There are now also two sets of files that show the STA detail data in each 240 + 240 sets of E8 indices splitting of the 480 (one with the first triad that defines the non-commutative multiplication by either Right (IJ=K) & Left (JI=K) quaternions. These are also 80Mb files. There are corresponding Mathematica notebooks with the same content in case you want to interact (e.g. rotate in 3D the Fano plane). They are here and here (respectively).

My original Fano plane / split Fano plane posts are here and here.

A bit about octonions:
The 480 octonion permutations are generated with a list of 30 sets of triples (3 numbers from 1-7 with no two triples with two numbers in common).

Canonical 30 sets of 7 triads

These can be visualized as a Fano plane. The Fano plane is easily constructed by taking the first 3 (of 7) triads and deleting the 4th and 7th (of the 9) numbers. This gives a “flattened” list of numbers (1-7) in some permutation order. While there are 7!=5040 possible, only 480 create proper octonions. But how to pair up the 480 to mesh with E8?

There are 16 possible +/- sign reversal (or sign mask (sm) bits also shown as hex number) permutations available in each of the 30 Fano planes (30*16=480). These sm bits also “invert” like the “anti” bits in E8 (which sorts it into a top half/bottom half canonical list built using the 9th row of the Pascal triangle and Clifford algebras). So the 16 sm possibilities split into two sets of 8. This changes the direction of the Fano plane arrows.

The algorithm to produce the 480 triad sets from the above sign masks and 30 canonical sets of 7 triads comes from a discussion by D. Chesley on twisted octonions and a paper “Octonion Multiplication and 7-Cube Vertices” from his personal website (1988).

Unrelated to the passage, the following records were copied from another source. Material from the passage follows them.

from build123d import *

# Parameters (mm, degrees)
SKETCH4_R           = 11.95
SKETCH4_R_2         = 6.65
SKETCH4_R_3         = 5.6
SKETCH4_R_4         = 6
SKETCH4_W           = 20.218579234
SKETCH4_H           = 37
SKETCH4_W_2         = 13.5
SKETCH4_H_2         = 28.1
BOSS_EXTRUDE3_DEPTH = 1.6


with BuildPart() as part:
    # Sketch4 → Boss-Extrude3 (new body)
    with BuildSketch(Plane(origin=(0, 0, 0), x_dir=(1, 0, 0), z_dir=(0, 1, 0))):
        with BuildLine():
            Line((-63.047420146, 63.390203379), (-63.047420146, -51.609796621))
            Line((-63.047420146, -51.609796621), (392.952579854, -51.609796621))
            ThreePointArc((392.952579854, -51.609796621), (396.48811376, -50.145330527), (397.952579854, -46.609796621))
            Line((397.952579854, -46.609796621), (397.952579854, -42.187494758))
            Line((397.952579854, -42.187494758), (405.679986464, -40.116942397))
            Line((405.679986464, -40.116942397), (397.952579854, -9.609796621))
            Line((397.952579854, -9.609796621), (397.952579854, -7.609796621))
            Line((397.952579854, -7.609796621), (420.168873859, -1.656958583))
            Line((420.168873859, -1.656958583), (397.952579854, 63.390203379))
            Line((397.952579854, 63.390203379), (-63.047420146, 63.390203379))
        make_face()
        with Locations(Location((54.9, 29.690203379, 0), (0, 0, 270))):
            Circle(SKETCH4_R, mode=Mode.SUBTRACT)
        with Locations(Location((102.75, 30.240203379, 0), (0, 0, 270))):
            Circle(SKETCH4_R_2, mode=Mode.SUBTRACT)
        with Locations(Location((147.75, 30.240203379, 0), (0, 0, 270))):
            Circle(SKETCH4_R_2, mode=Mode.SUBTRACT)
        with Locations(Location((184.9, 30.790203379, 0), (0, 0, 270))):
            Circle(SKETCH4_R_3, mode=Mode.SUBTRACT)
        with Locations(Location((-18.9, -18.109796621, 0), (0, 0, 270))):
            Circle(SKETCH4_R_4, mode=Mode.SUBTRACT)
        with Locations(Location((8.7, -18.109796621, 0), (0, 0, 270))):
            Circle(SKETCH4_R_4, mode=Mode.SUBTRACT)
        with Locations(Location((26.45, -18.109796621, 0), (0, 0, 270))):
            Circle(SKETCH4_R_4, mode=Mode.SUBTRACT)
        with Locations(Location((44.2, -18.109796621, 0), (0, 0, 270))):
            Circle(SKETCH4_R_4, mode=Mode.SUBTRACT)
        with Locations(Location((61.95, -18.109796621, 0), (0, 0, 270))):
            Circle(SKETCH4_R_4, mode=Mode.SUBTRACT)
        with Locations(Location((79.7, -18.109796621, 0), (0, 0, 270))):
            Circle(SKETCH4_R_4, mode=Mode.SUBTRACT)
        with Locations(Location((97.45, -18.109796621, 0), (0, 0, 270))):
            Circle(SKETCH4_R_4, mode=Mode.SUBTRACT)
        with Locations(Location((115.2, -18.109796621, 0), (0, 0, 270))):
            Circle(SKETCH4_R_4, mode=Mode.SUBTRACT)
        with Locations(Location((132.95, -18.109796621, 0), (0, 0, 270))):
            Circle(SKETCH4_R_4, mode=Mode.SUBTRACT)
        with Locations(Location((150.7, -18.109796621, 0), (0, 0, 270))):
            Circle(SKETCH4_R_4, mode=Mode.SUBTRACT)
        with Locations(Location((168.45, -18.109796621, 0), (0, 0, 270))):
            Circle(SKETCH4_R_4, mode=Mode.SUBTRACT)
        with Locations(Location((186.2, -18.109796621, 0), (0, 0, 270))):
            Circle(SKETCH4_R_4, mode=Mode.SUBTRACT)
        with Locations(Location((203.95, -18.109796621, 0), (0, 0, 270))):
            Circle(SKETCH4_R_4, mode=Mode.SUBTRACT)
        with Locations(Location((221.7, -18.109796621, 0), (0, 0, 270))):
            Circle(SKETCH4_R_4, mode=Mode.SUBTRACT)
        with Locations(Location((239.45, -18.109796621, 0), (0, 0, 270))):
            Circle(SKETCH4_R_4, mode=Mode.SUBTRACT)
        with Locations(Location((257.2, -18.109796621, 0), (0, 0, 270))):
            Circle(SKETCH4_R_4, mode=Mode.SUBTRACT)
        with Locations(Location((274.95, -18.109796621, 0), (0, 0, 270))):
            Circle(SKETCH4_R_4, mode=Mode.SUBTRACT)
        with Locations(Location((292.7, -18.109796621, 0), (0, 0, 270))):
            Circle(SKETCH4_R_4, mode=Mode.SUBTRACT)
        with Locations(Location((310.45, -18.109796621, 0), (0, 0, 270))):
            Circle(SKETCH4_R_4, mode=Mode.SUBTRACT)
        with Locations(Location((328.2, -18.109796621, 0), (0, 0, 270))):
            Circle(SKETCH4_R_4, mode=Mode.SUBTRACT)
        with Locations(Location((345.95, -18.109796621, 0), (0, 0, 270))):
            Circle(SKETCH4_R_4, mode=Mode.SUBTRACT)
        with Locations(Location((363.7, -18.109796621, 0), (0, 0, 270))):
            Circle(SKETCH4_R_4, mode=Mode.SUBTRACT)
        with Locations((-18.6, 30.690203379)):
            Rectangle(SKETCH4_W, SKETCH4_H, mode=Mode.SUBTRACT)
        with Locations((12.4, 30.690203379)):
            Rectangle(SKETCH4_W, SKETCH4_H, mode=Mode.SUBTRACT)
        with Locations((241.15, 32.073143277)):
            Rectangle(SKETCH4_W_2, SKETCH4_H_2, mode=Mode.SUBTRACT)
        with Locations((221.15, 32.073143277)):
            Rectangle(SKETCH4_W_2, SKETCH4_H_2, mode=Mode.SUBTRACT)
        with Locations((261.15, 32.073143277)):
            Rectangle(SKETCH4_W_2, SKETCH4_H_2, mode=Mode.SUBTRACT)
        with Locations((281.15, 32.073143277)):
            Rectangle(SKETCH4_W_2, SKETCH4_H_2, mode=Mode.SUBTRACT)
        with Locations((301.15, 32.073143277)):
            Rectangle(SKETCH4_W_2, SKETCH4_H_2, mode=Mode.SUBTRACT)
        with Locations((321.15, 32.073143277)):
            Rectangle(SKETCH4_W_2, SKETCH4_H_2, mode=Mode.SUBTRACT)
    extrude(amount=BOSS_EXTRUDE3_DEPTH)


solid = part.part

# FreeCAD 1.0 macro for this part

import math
import FreeCAD as App
import Part
import Sketcher
Q = App.Units.Quantity


def add_polygon(sketch, points):
    """Adds a closed chain of lines whose ends are joined by coincident constraints."""
    first, n = sketch.GeometryCount, len(points)
    for a, b in zip(points, points[1:] + points[:1]):
        sketch.addGeometry(Part.LineSegment(App.Vector(*a, 0), App.Vector(*b, 0)), False)
    for i in range(n):
        sketch.addConstraint(Sketcher.Constraint("Coincident", first + i, 2, first + (i + 1) % n, 1))

doc = App.newDocument("Part")
body = doc.addObject("PartDesign::Body", "Body")

sketch1 = body.newObject("Sketcher::SketchObject", "Sketch")
sketch1.AttachmentSupport = (doc.getObject("XZ_Plane"), [""])
sketch1.MapMode = "FlatFace"
sketch1.addGeometry(Part.LineSegment(App.Vector(-63, -63.4, 0), App.Vector(-63, 51.6, 0)), False)
sketch1.addGeometry(Part.LineSegment(App.Vector(-63, 51.6, 0), App.Vector(393, 51.6, 0)), False)
sketch1.addGeometry(Part.ArcOfCircle(Part.Circle(App.Vector(393, 46.6, 0), App.Vector(0, 0, 1), 5), math.radians(0), math.radians(90)), False)
sketch1.addGeometry(Part.LineSegment(App.Vector(398, 46.6, 0), App.Vector(398, 42.2, 0)), False)
sketch1.addGeometry(Part.LineSegment(App.Vector(398, 42.2, 0), App.Vector(405.7, 40.1, 0)), False)
sketch1.addGeometry(Part.LineSegment(App.Vector(405.7, 40.1, 0), App.Vector(398, 9.6, 0)), False)
sketch1.addGeometry(Part.LineSegment(App.Vector(398, 9.6, 0), App.Vector(398, 7.6, 0)), False)
sketch1.addGeometry(Part.LineSegment(App.Vector(398, 7.6, 0), App.Vector(420.2, 1.7, 0)), False)
sketch1.addGeometry(Part.LineSegment(App.Vector(420.2, 1.7, 0), App.Vector(398, -63.4, 0)), False)
sketch1.addGeometry(Part.LineSegment(App.Vector(398, -63.4, 0), App.Vector(-63, -63.4, 0)), False)
sketch1.addGeometry(Part.Circle(App.Vector(-18.9, 18.1, 0), App.Vector(0, 0, 1), 6), False)
sketch1.addGeometry(Part.Circle(App.Vector(8.7, 18.1, 0), App.Vector(0, 0, 1), 6), False)
sketch1.addGeometry(Part.Circle(App.Vector(26.4, 18.1, 0), App.Vector(0, 0, 1), 6), False)
sketch1.addGeometry(Part.Circle(App.Vector(44.2, 18.1, 0), App.Vector(0, 0, 1), 6), False)
sketch1.addGeometry(Part.Circle(App.Vector(62, 18.1, 0), App.Vector(0, 0, 1), 6), False)
sketch1.addGeometry(Part.Circle(App.Vector(79.7, 18.1, 0), App.Vector(0, 0, 1), 6), False)
sketch1.addGeometry(Part.Circle(App.Vector(97.5, 18.1, 0), App.Vector(0, 0, 1), 6), False)
sketch1.addGeometry(Part.Circle(App.Vector(115.2, 18.1, 0), App.Vector(0, 0, 1), 6), False)
sketch1.addGeometry(Part.Circle(App.Vector(132.9, 18.1, 0), App.Vector(0, 0, 1), 6), False)
sketch1.addGeometry(Part.Circle(App.Vector(150.7, 18.1, 0), App.Vector(0, 0, 1), 6), False)
sketch1.addGeometry(Part.Circle(App.Vector(168.4, 18.1, 0), App.Vector(0, 0, 1), 6), False)
sketch1.addGeometry(Part.Circle(App.Vector(186.2, 18.1, 0), App.Vector(0, 0, 1), 6), False)
sketch1.addGeometry(Part.Circle(App.Vector(203.9, 18.1, 0), App.Vector(0, 0, 1), 6), False)
sketch1.addGeometry(Part.Circle(App.Vector(221.7, 18.1, 0), App.Vector(0, 0, 1), 6), False)
sketch1.addGeometry(Part.Circle(App.Vector(239.4, 18.1, 0), App.Vector(0, 0, 1), 6), False)
sketch1.addGeometry(Part.Circle(App.Vector(257.2, 18.1, 0), App.Vector(0, 0, 1), 6), False)
sketch1.addGeometry(Part.Circle(App.Vector(274.9, 18.1, 0), App.Vector(0, 0, 1), 6), False)
sketch1.addGeometry(Part.Circle(App.Vector(292.7, 18.1, 0), App.Vector(0, 0, 1), 6), False)
sketch1.addGeometry(Part.Circle(App.Vector(310.4, 18.1, 0), App.Vector(0, 0, 1), 6), False)
sketch1.addGeometry(Part.Circle(App.Vector(328.2, 18.1, 0), App.Vector(0, 0, 1), 6), False)
sketch1.addGeometry(Part.Circle(App.Vector(345.9, 18.1, 0), App.Vector(0, 0, 1), 6), False)
sketch1.addGeometry(Part.Circle(App.Vector(363.7, 18.1, 0), App.Vector(0, 0, 1), 6), False)
add_polygon(sketch1, [(-8.5, -12.2), (-28.7, -12.2), (-28.7, -49.2), (-8.5, -49.2)])
add_polygon(sketch1, [(22.5, -12.2), (2.3, -12.2), (2.3, -49.2), (22.5, -49.2)])
sketch1.addGeometry(Part.Circle(App.Vector(54.9, -29.7, 0), App.Vector(0, 0, 1), 11.9), False)
sketch1.addGeometry(Part.Circle(App.Vector(102.8, -30.2, 0), App.Vector(0, 0, 1), 6.7), False)
sketch1.addGeometry(Part.Circle(App.Vector(147.8, -30.2, 0), App.Vector(0, 0, 1), 6.7), False)
sketch1.addGeometry(Part.Circle(App.Vector(184.9, -30.8, 0), App.Vector(0, 0, 1), 5.6), False)
add_polygon(sketch1, [(227.9, -18), (214.4, -18), (214.4, -46.1), (227.9, -46.1)])
add_polygon(sketch1, [(247.9, -18), (234.4, -18), (234.4, -46.1), (247.9, -46.1)])
add_polygon(sketch1, [(267.9, -18), (254.4, -18), (254.4, -46.1), (267.9, -46.1)])
add_polygon(sketch1, [(287.9, -18), (274.4, -18), (274.4, -46.1), (287.9, -46.1)])
add_polygon(sketch1, [(307.9, -18), (294.4, -18), (294.4, -46.1), (307.9, -46.1)])
add_polygon(sketch1, [(327.9, -18), (314.4, -18), (314.4, -46.1), (327.9, -46.1)])
sketch1.addConstraint([
    Sketcher.Constraint("Coincident", 0, 2, 1, 1),
    Sketcher.Constraint("Tangent", 1, 2, 2, 2),
    Sketcher.Constraint("Tangent", 2, 1, 3, 1),
    Sketcher.Constraint("Coincident", 3, 2, 4, 1),
    Sketcher.Constraint("Coincident", 4, 2, 5, 1),
    Sketcher.Constraint("Coincident", 5, 2, 6, 1),
    Sketcher.Constraint("Coincident", 6, 2, 7, 1),
    Sketcher.Constraint("Coincident", 7, 2, 8, 1),
    Sketcher.Constraint("Coincident", 8, 2, 9, 1),
    Sketcher.Constraint("Coincident", 9, 2, 0, 1),
    Sketcher.Constraint("Vertical", 0),
    Sketcher.Constraint("Horizontal", 1),
    Sketcher.Constraint("Vertical", 3),
    Sketcher.Constraint("Vertical", 6),
    Sketcher.Constraint("Horizontal", 9),
    Sketcher.Constraint("Horizontal", 32),
    Sketcher.Constraint("Vertical", 33),
    Sketcher.Constraint("Horizontal", 34),
    Sketcher.Constraint("Vertical", 35),
    Sketcher.Constraint("Horizontal", 36),
    Sketcher.Constraint("Vertical", 37),
    Sketcher.Constraint("Horizontal", 38),
    Sketcher.Constraint("Vertical", 39),
    Sketcher.Constraint("Horizontal", 44),
    Sketcher.Constraint("Vertical", 45),
    Sketcher.Constraint("Horizontal", 46),
    Sketcher.Constraint("Vertical", 47),
    Sketcher.Constraint("Horizontal", 48),
    Sketcher.Constraint("Vertical", 49),
    Sketcher.Constraint("Horizontal", 50),
    Sketcher.Constraint("Vertical", 51),
    Sketcher.Constraint("Horizontal", 52),
    Sketcher.Constraint("Vertical", 53),
    Sketcher.Constraint("Horizontal", 54),
    Sketcher.Constraint("Vertical", 55),
    Sketcher.Constraint("Horizontal", 56),
    Sketcher.Constraint("Vertical", 57),
    Sketcher.Constraint("Horizontal", 58),
    Sketcher.Constraint("Vertical", 59),
    Sketcher.Constraint("Horizontal", 60),
    Sketcher.Constraint("Vertical", 61),
    Sketcher.Constraint("Horizontal", 62),
    Sketcher.Constraint("Vertical", 63),
    Sketcher.Constraint("Horizontal", 64),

In it he says: “Each representation of the octonions arranges the seven imaginary unit elements into seven triads, with no two distinct triads having a pair of elements in common. There is a natural mapping between the 30 distinct sets of triads and the 30 distinct versions of B7 which contain the vertex (0,0,0,0,0,0,0). Assigning a chirality to each triad of a given octonion representation then reveals that not all 128 possible chirality assignments result in a normed division algebra. In fact, for each of the 30 possible ways of grouping the elements, each of 16 chirality assignments (again corresponding to a B7) gives a distinct representation of the octonions for a total of 480 representations, and each of the other 112 (corresponding to D7) gives a distinct representation of the twisted octonion algebra.”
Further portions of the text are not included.